把空region合并一下可能空间就下来了。

你这个版本region合并是不是还不完善啊?没运维过3.x的版本,等其他人看吧。

不是合并的问题呢,是gc没有运行
正打算这个季度逐步升级到4.x-5.x的,结果出这个问题。。。哎

你的集群Region merge配置参数有点大,可以减小到官方建议值看看,这个操作会加速空region的合并

空间无法释放的原因,可能会有好几个因素在影响

  • 除了上面提到的空region问题
  • 还有可能是GC运行有点慢,根据日志[gc worker] there’s already a gc job running, skipped 可以知道GC有正常触发运行,但是后台GC速度比较慢,在10min内还没跑完当前的GC,下一个GC任务又来了,系统检测到有运行的任务就跳过了最新的GC任务。

问下你的集群TiKV节点数大概有多少?
因为看到tikv_gc_concurrency配置参数是4,如果TiKV节点数超过4个,可以适当调大这个并发。

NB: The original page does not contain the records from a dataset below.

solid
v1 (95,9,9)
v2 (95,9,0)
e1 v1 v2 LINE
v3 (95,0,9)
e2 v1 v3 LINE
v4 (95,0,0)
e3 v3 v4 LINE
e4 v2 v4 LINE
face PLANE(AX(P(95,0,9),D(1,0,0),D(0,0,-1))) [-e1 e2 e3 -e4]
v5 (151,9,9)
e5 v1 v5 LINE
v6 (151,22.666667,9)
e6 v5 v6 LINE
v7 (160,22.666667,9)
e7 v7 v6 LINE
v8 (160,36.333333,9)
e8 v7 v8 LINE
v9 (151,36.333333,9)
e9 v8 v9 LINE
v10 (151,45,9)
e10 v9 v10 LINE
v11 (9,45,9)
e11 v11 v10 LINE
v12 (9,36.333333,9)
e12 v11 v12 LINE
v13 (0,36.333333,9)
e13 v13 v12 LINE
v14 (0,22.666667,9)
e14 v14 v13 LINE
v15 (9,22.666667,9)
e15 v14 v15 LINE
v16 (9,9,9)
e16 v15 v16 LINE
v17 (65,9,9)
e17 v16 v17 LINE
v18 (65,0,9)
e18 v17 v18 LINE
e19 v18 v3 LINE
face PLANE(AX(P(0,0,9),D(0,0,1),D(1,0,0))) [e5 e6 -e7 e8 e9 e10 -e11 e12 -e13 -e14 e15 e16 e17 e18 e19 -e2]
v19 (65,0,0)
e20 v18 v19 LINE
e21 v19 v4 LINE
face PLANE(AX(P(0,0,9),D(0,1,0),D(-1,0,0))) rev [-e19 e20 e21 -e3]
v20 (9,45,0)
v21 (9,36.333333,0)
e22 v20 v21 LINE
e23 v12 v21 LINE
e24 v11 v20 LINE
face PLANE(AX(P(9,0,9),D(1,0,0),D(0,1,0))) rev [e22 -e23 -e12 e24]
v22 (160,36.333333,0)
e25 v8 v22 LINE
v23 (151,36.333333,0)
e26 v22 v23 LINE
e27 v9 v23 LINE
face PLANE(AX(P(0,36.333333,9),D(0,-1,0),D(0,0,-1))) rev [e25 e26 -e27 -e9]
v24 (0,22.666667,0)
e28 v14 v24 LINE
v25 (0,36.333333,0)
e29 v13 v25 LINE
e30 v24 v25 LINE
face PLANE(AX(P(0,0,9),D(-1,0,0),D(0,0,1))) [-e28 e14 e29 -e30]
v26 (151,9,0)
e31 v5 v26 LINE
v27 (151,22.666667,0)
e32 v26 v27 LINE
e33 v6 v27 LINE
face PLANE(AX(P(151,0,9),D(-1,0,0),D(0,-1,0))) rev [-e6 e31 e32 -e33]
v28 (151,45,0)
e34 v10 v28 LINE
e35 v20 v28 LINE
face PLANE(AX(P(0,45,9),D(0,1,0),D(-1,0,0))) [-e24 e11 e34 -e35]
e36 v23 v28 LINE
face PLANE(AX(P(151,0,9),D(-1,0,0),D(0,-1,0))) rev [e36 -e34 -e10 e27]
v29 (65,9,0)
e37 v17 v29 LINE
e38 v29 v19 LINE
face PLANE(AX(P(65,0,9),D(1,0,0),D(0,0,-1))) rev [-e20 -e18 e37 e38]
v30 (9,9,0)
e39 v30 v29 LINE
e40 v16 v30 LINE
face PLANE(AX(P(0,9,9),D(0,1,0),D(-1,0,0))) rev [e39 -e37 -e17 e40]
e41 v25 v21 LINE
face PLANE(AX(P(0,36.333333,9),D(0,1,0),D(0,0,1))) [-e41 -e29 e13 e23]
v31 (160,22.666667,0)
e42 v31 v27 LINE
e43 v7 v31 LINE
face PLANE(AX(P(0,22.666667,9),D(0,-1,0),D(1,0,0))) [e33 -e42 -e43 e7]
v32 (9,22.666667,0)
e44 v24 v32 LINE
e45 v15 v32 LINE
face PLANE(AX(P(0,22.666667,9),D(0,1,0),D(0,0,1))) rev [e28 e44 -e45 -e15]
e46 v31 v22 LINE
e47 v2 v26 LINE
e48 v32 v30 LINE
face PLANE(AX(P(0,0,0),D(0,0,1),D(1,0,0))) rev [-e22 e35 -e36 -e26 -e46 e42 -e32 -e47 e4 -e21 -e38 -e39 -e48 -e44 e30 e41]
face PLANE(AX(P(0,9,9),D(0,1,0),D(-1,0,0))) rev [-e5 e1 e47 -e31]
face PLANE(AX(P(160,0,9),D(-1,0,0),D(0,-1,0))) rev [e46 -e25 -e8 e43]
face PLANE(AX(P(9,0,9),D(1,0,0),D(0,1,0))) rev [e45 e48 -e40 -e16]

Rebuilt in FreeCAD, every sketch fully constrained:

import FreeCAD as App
import Part
import Sketcher

V = App.Vector
Q = App.Units.Quantity

doc = App.newDocument("Part")
body = doc.addObject("PartDesign::Body", "Body")

sketch1 = body.newObject("Sketcher::SketchObject", "Sketch")
sketch1.AttachmentSupport = (doc.getObject("XY_Plane"), [""])
sketch1.MapMode = "FlatFace"
sketch1.addGeometry([
    Part.LineSegment(V(9, 9, 0), V(65, 9, 0)),
    Part.LineSegment(V(65, 9, 0), V(65, 0, 0)),
    Part.LineSegment(V(65, 0, 0), V(95, 0, 0)),
    Part.LineSegment(V(95, 0, 0), V(95, 9, 0)),
    Part.LineSegment(V(95, 9, 0), V(151, 9, 0)),
    Part.LineSegment(V(151, 9, 0), V(151, 23, 0)),
    Part.LineSegment(V(151, 23, 0), V(160, 23, 0)),
    Part.LineSegment(V(160, 23, 0), V(160, 36, 0)),
    Part.LineSegment(V(160, 36, 0), V(151, 36, 0)),
    Part.LineSegment(V(151, 36, 0), V(151, 45, 0)),
    Part.LineSegment(V(151, 45, 0), V(9, 45, 0)),
    Part.LineSegment(V(9, 45, 0), V(9, 36, 0)),
    Part.LineSegment(V(9, 36, 0), V(0, 36, 0)),
    Part.LineSegment(V(0, 36, 0), V(0, 23, 0)),
    Part.LineSegment(V(0, 23, 0), V(9, 23, 0)),
    Part.LineSegment(V(9, 23, 0), V(9, 9, 0)),
], False)
sketch1.addConstraint([
    Sketcher.Constraint("Coincident", 0, 2, 1, 1),
    Sketcher.Constraint("Coincident", 1, 2, 2, 1),
    Sketcher.Constraint("Coincident", 2, 2, 3, 1),
    Sketcher.Constraint("Coincident", 3, 2, 4, 1),
    Sketcher.Constraint("Coincident", 4, 2, 5, 1),
    Sketcher.Constraint("Coincident", 5, 2, 6, 1),
    Sketcher.Constraint("Coincident", 6, 2, 7, 1),
    Sketcher.Constraint("Coincident", 7, 2, 8, 1),
    Sketcher.Constraint("Coincident", 8, 2, 9, 1),
    Sketcher.Constraint("Coincident", 9, 2, 10, 1),
    Sketcher.Constraint("Coincident", 10, 2, 11, 1),
    Sketcher.Constraint("Coincident", 11, 2, 12, 1),
    Sketcher.Constraint("Coincident", 12, 2, 13, 1),
    Sketcher.Constraint("Coincident", 13, 2, 14, 1),
    Sketcher.Constraint("Coincident", 14, 2, 15, 1),
    Sketcher.Constraint("Coincident", 15, 2, 0, 1),
    Sketcher.Constraint("Horizontal", 0),
    Sketcher.Constraint("Vertical", 1),
    Sketcher.Constraint("Horizontal", 2),
    Sketcher.Constraint("Vertical", 3),
    Sketcher.Constraint("Horizontal", 4),
    Sketcher.Constraint("Vertical", 5),
    Sketcher.Constraint("Horizontal", 6),
    Sketcher.Constraint("Vertical", 7),
    Sketcher.Constraint("Horizontal", 8),
    Sketcher.Constraint("Vertical", 9),
    Sketcher.Constraint("Horizontal", 10),
    Sketcher.Constraint("Vertical", 11),
    Sketcher.Constraint("Horizontal", 12),
    Sketcher.Constraint("Vertical", 13),
    Sketcher.Constraint("Horizontal", 14),
    Sketcher.Constraint("Vertical", 15),
    Sketcher.Constraint("PointOnObject", 1, 2, -1),
    Sketcher.Constraint("PointOnObject", 12, 2, -2),
    Sketcher.Constraint("Horizontal", 0, 2, 3, 2),
    Sketcher.Constraint("Horizontal", 8, 2, 11, 2),
    Sketcher.Constraint("Horizontal", 6, 2, 13, 2),
    Sketcher.Constraint("Vertical", 5, 2, 8, 2),
    Sketcher.Constraint("Vertical", 11, 2, 14, 2),
    Sketcher.Constraint("Equal", 0, 4),
    Sketcher.Constraint("Equal", 8, 12),
    Sketcher.Constraint("Equal", 14, 1),
    Sketcher.Constraint("Equal", 5, 7),
    Sketcher.Constraint("DistanceX", 0, 1, 0, 2, Q("56 mm")),
    Sketcher.Constraint("DistanceX", 2, 1, 2, 2, Q("30 mm")),
    Sketcher.Constraint("DistanceX", 6, 1, 6, 2, Q("9 mm")),
    Sketcher.Constraint("DistanceY", -1, 1, 9, 2, Q("45 mm")),
    Sketcher.Constraint("DistanceY", 5, 1, 5, 2, Q("13.666667 mm")),
])
pad1 = body.newObject("PartDesign::Pad", "Pad")
pad1.Profile = sketch1
pad1.Length = 9

doc.recompute()
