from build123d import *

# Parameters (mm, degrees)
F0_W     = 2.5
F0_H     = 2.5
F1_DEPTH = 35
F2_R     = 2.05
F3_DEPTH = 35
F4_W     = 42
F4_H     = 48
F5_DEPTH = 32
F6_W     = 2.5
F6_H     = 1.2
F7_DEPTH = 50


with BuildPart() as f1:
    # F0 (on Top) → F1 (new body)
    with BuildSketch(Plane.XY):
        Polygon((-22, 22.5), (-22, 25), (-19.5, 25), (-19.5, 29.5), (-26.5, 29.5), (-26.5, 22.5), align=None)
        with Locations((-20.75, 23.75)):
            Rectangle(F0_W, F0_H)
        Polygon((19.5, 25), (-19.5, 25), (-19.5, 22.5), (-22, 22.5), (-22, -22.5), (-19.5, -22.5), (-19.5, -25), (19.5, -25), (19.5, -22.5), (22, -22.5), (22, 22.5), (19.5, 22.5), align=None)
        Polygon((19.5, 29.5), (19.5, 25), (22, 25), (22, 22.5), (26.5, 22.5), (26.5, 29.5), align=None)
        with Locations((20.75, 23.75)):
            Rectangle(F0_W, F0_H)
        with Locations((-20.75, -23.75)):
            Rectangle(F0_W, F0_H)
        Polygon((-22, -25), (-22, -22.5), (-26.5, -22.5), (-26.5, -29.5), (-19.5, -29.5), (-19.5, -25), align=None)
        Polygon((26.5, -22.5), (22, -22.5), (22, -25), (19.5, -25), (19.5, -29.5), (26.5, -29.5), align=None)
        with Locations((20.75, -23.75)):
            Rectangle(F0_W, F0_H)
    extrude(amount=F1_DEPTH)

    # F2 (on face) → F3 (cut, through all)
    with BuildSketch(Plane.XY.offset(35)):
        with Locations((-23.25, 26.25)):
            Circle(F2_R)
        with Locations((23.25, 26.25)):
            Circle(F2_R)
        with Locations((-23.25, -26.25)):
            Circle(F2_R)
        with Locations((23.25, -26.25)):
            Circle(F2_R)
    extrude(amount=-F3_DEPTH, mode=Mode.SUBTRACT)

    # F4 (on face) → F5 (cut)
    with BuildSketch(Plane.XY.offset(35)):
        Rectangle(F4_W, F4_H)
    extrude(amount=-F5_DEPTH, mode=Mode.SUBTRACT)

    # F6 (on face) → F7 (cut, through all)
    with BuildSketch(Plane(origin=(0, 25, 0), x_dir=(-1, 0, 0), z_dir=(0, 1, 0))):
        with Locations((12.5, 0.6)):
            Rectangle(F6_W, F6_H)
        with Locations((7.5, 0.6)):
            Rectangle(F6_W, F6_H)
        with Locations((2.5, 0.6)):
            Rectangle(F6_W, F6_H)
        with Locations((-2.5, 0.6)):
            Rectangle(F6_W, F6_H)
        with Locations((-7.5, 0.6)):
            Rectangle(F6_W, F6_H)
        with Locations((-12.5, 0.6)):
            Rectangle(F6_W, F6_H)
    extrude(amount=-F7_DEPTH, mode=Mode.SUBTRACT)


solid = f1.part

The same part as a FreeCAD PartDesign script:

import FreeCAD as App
import Part
import Sketcher

doc = App.newDocument("Part")
body = doc.addObject("PartDesign::Body", "Body")

# Sketch on XY plane
sketch1 = body.newObject("Sketcher::SketchObject", "Sketch")
sketch1.AttachmentSupport = (doc.getObject("XY_Plane"), [""])
sketch1.MapMode = "FlatFace"
sketch1.addGeometry(Part.LineSegment(App.Vector(-19.5, 29.5, 0), App.Vector(-26.5, 29.5, 0)), False)
sketch1.addGeometry(Part.LineSegment(App.Vector(-26.5, 29.5, 0), App.Vector(-26.5, 22.5, 0)), False)
sketch1.addGeometry(Part.LineSegment(App.Vector(-26.5, 22.5, 0), App.Vector(-22, 22.5, 0)), False)
sketch1.addGeometry(Part.LineSegment(App.Vector(-22, 22.5, 0), App.Vector(-22, -22.5, 0)), False)
sketch1.addGeometry(Part.LineSegment(App.Vector(-22, -22.5, 0), App.Vector(-26.5, -22.5, 0)), False)
sketch1.addGeometry(Part.LineSegment(App.Vector(-26.5, -22.5, 0), App.Vector(-26.5, -29.5, 0)), False)
sketch1.addGeometry(Part.LineSegment(App.Vector(-26.5, -29.5, 0), App.Vector(-19.5, -29.5, 0)), False)
sketch1.addGeometry(Part.LineSegment(App.Vector(-19.5, -29.5, 0), App.Vector(-19.5, -25, 0)), False)
sketch1.addGeometry(Part.LineSegment(App.Vector(-19.5, -25, 0), App.Vector(19.5, -25, 0)), False)
sketch1.addGeometry(Part.LineSegment(App.Vector(19.5, -25, 0), App.Vector(19.5, -29.5, 0)), False)
sketch1.addGeometry(Part.LineSegment(App.Vector(19.5, -29.5, 0), App.Vector(26.5, -29.5, 0)), False)
sketch1.addGeometry(Part.LineSegment(App.Vector(26.5, -29.5, 0), App.Vector(26.5, -22.5, 0)), False)
sketch1.addGeometry(Part.LineSegment(App.Vector(26.5, -22.5, 0), App.Vector(22, -22.5, 0)), False)
sketch1.addGeometry(Part.LineSegment(App.Vector(22, -22.5, 0), App.Vector(22, 22.5, 0)), False)
sketch1.addGeometry(Part.LineSegment(App.Vector(22, 22.5, 0), App.Vector(26.5, 22.5, 0)), False)
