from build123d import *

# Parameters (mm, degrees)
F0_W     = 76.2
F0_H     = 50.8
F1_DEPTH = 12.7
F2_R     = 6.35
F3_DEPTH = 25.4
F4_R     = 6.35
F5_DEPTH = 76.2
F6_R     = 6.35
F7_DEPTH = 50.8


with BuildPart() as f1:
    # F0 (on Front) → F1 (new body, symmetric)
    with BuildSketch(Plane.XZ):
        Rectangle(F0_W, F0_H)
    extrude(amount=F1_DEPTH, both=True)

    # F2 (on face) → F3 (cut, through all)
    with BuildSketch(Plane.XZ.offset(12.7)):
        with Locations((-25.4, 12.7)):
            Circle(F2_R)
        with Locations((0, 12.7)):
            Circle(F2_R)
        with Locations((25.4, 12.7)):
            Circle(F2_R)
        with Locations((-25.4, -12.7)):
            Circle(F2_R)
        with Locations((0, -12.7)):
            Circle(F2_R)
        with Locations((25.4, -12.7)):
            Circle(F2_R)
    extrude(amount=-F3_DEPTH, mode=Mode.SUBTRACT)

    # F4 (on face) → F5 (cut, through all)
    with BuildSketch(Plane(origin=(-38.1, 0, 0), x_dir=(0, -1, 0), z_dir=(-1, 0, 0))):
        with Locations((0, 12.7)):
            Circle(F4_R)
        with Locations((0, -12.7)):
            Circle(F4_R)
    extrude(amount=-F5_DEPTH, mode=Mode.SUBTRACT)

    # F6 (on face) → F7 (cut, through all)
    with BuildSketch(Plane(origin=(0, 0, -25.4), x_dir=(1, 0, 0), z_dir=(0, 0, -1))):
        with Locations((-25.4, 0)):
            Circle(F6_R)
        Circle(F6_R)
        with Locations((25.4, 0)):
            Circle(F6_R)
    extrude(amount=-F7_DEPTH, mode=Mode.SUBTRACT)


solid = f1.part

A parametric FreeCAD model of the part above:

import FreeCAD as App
import Part
import Sketcher
from FreeCAD import Vector
Q = App.Units.Quantity


def add_polygon(sketch, points):
    """Adds a closed chain of lines whose ends are joined by coincident constraints."""
    first, n = sketch.GeometryCount, len(points)
    for a, b in zip(points, points[1:] + points[:1]):
        sketch.addGeometry(Part.LineSegment(App.Vector(*a, 0), App.Vector(*b, 0)), False)
    for i in range(n):
        sketch.addConstraint(Sketcher.Constraint("Coincident", first + i, 2, first + (i + 1) % n, 1))

doc = App.newDocument("Part")
params = doc.addObject("Spreadsheet::Sheet", "Params")
for row, (alias, value) in enumerate([
    ("sketch1_width", "3 in"),
    ("sketch1_height", "2 in"),
    ("pad1_length", "1 in"),
    ("sketch2_diameter", "0.5 in"),
    ("sketch3_diameter", "0.5 in"),
    ("sketch4_diameter", "0.5 in"),
], start=1):
    params.set(f"A{row}", alias)
    params.set(f"B{row}", "=" + value)
    params.setAlias(f"B{row}", alias)

body = doc.addObject("PartDesign::Body", "Body")

# Sketch on XZ plane
sketch1 = body.newObject("Sketcher::SketchObject", "Sketch")
sketch1.AttachmentSupport = (doc.getObject("XZ_Plane"), [""])
sketch1.MapMode = "FlatFace"
add_polygon(sketch1, [(-38.1, 25.4), (-38.1, -25.4), (38.1, -25.4), (38.1, 25.4)])  # lines 0-3
sketch1.addConstraint(Sketcher.Constraint("Vertical", 0))
sketch1.addConstraint(Sketcher.Constraint("Horizontal", 1))
sketch1.addConstraint(Sketcher.Constraint("Vertical", 2))
sketch1.addConstraint(Sketcher.Constraint("Horizontal", 3))
sketch1.addConstraint(Sketcher.Constraint("Symmetric", 0, 2, 2, 2, -1, 1))
sketch1.addConstraint(Sketcher.Constraint("DistanceX", 1, 1, 1, 2, Q("3 in")))
sketch1.addConstraint(Sketcher.Constraint("DistanceY", 0, 2, 0, 1, Q("2 in")))
sketch1.setExpression("Constraints[9]", "Params.sketch1_width")
sketch1.setExpression("Constraints[10]", "Params.sketch1_height")
pad1 = body.newObject("PartDesign::Pad", "Pad")
pad1.Profile = sketch1
pad1.setExpression("Length", "Params.pad1_length")
pad1.Midplane = True

# Sketch on XZ plane
sketch2 = body.newObject("Sketcher::SketchObject", "Sketch001")
sketch2.AttachmentSupport = (doc.getObject("XZ_Plane"), [""])
sketch2.MapMode = "FlatFace"
sketch2.AttachmentOffset = App.Placement(Vector(0, 0, 0.5 * 25.4), App.Rotation())
sketch2.addGeometry(Part.Circle(Vector(-25.4, 12.7, 0), Vector(0, 0, 1), 6.35), False)
sketch2.addGeometry(Part.Circle(Vector(0, 12.7, 0), Vector(0, 0, 1), 6.35), False)
sketch2.addGeometry(Part.Circle(Vector(25.4, 12.7, 0), Vector(0, 0, 1), 6.35), False)
sketch2.addGeometry(Part.Circle(Vector(-25.4, -12.7, 0), Vector(0, 0, 1), 6.35), False)
sketch2.addGeometry(Part.Circle(Vector(0, -12.7, 0), Vector(0, 0, 1), 6.35), False)
sketch2.addGeometry(Part.Circle(Vector(25.4, -12.7, 0), Vector(0, 0, 1), 6.35), False)
sketch2.addConstraint(Sketcher.Constraint("Equal", 0, 1))
sketch2.addConstraint(Sketcher.Constraint("Equal", 1, 2))
sketch2.addConstraint(Sketcher.Constraint("Equal", 2, 3))
sketch2.addConstraint(Sketcher.Constraint("Equal", 3, 4))
sketch2.addConstraint(Sketcher.Constraint("Equal", 4, 5))
sketch2.addConstraint(Sketcher.Constraint("Symmetric", 2, 3, 3, 3, -1, 1))
sketch2.addConstraint(Sketcher.Constraint("Symmetric", 1, 3, 4, 3, -1, 1))
sketch2.addConstraint(Sketcher.Constraint("Symmetric", 0, 3, 5, 3, -1, 1))
sketch2.addConstraint(Sketcher.Constraint("Symmetric", 0, 3, 2, 3, -2))
sketch2.addConstraint(Sketcher.Constraint("PointOnObject", 1, 3, -2))
sketch2.addConstraint(Sketcher.Constraint("Horizontal", 0, 3, 1, 3))
sketch2.addConstraint(Sketcher.Constraint("Diameter", 0, Q("0.5 in")))
sketch2.addConstraint(Sketcher.Constraint("DistanceX", 0, 3, -1, 1, Q("1 in")))
sketch2.addConstraint(Sketcher.Constraint("DistanceY", 3, 3, 0, 3, Q("1 in")))
sketch2.setExpression("Constraints[11]", "Params.sketch2_diameter")
pocket1 = body.newObject("PartDesign::Pocket", "Pocket")
pocket1.Profile = sketch2
pocket1.Type = "ThroughAll"

# Sketch on YZ plane
sketch3 = body.newObject("Sketcher::SketchObject", "Sketch002")
sketch3.AttachmentSupport = (doc.getObject("YZ_Plane"), [""])
sketch3.MapMode = "FlatFace"
sketch3.AttachmentOffset = App.Placement(Vector(0, 0, -1.5 * 25.4), App.Rotation())
sketch3.addGeometry(Part.Circle(Vector(0, 12.7, 0), Vector(0, 0, 1), 6.35), False)
sketch3.addGeometry(Part.Circle(Vector(0, -12.7, 0), Vector(0, 0, 1), 6.35), False)
sketch3.addConstraint(Sketcher.Constraint("Equal", 0, 1))
sketch3.addConstraint(Sketcher.Constraint("Symmetric", 0, 3, 1, 3, -1, 1))
sketch3.addConstraint(Sketcher.Constraint("PointOnObject", 0, 3, -2))
sketch3.addConstraint(Sketcher.Constraint("Diameter", 0, Q("0.5 in")))
sketch3.addConstraint(Sketcher.Constraint("DistanceY", 1, 3, 0, 3, Q("1 in")))
sketch3.setExpression("Constraints[3]", "Params.sketch3_diameter")
pocket2 = body.newObject("PartDesign::Pocket", "Pocket001")
pocket2.Profile = sketch3
pocket2.Type = "ThroughAll"
pocket2.Reversed = True

# Sketch on XY plane
sketch4 = body.newObject("Sketcher::SketchObject", "Sketch003")
sketch4.AttachmentSupport = (doc.getObject("XY_Plane"), [""])
sketch4.MapMode = "FlatFace"
sketch4.AttachmentOffset = App.Placement(Vector(0, 0, -1 * 25.4), App.Rotation())
sketch4.addGeometry(Part.Circle(Vector(-25.4, 0, 0), Vector(0, 0, 1), 6.35), False)
sketch4.addGeometry(Part.Circle(Vector(0, 0, 0), Vector(0, 0, 1), 6.35), False)
sketch4.addGeometry(Part.Circle(Vector(25.4, 0, 0), Vector(0, 0, 1), 6.35), False)
sketch4.addConstraint(Sketcher.Constraint("Coincident", 1, 3, -1, 1))
sketch4.addConstraint(Sketcher.Constraint("Equal", 0, 1))
sketch4.addConstraint(Sketcher.Constraint("Equal", 1, 2))
sketch4.addConstraint(Sketcher.Constraint("Symmetric", 0, 3, 2, 3, -1, 1))
sketch4.addConstraint(Sketcher.Constraint("PointOnObject", 0, 3, -1))
sketch4.addConstraint(Sketcher.Constraint("Diameter", 0, Q("0.5 in")))
sketch4.addConstraint(Sketcher.Constraint("DistanceX", 0, 3, -1, 1, Q("1 in")))
sketch4.setExpression("Constraints[5]", "Params.sketch4_diameter")
pocket3 = body.newObject("PartDesign::Pocket", "Pocket002")
pocket3.Profile = sketch4
pocket3.Type = "ThroughAll"
pocket3.Reversed = True

doc.recompute()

还有一个大问题,tidb 3.x版本很早就不维护了,我们的生产环境都升级到6.1版本,用了半年多都很稳定、可靠

强烈建议你这边评估升级,我们的生产实际看到,从性能提升、集群稳定性、bug修复、功能特性等全方面,新版本的TiDB集群都有质的提升。

举个不恰当的例子,仅供理解,如果3.x版本成是中学生的知识储备话,6.x版本可以是硕士、博士的水平

集群节点20个tikv,物理机有7台,有多实例的部署,
根据建议调整到了10个。

但是gc日志中有错误
"[gc worker] runGCJob"] [error="loadRegion from PD failed

依据我参考的文档,是因为有个别region异常,导致重复循环 resolve locks ,无法进行下一步,但是目前无法判断到底是哪个region出的问题

的确是预备升级,所以3月初就清理了空间,为升级做准备,结果发现gc无法正常运行了。。。也不好强行升级了

我之前是一位空region太多,导致空间无法释放,所以调大了,但是发现调大也没有减少空间。能看到region在减少,但是空间使用仍然上升

https://docs.pingcap.com/zh/tidb/stable/pd-control#region-key---formatrawencodehex-key
参考下,根据key找到region,再找对应的表信息
不过看着像是region cache的问题,先试下吧

是merge的事儿,空region一合并,空间就下来了。

怎么感觉还是清理锁的时候,失败了导致gc无法正常工作

谢谢!我试试!如果找到了对应的表,后续请问该如何操作呢?

对对,,我根据引用的文章内容,也是这么感觉的,请问有什么思路可以解决吗?

你调大的话,满足条件的region会增多,它会合并比较多的region,大的region通常涉及较多数据的搬迁、整理等,可能会更慢;

我们的目标是尽可能快速合并空的或者比较小的region,空的或者比较小的region通常合并速度会比较快,释放空间也会变快,所以那些相对较大的region就先不纳入合并的操作,按照这个思路,把参数调小一些才合理,可以先试试

谢谢,刚开启了跨表的空region合并,希望有帮助

先把lowspace store告警调整下,让先变绿色,这个值会影响集群整体调度慢。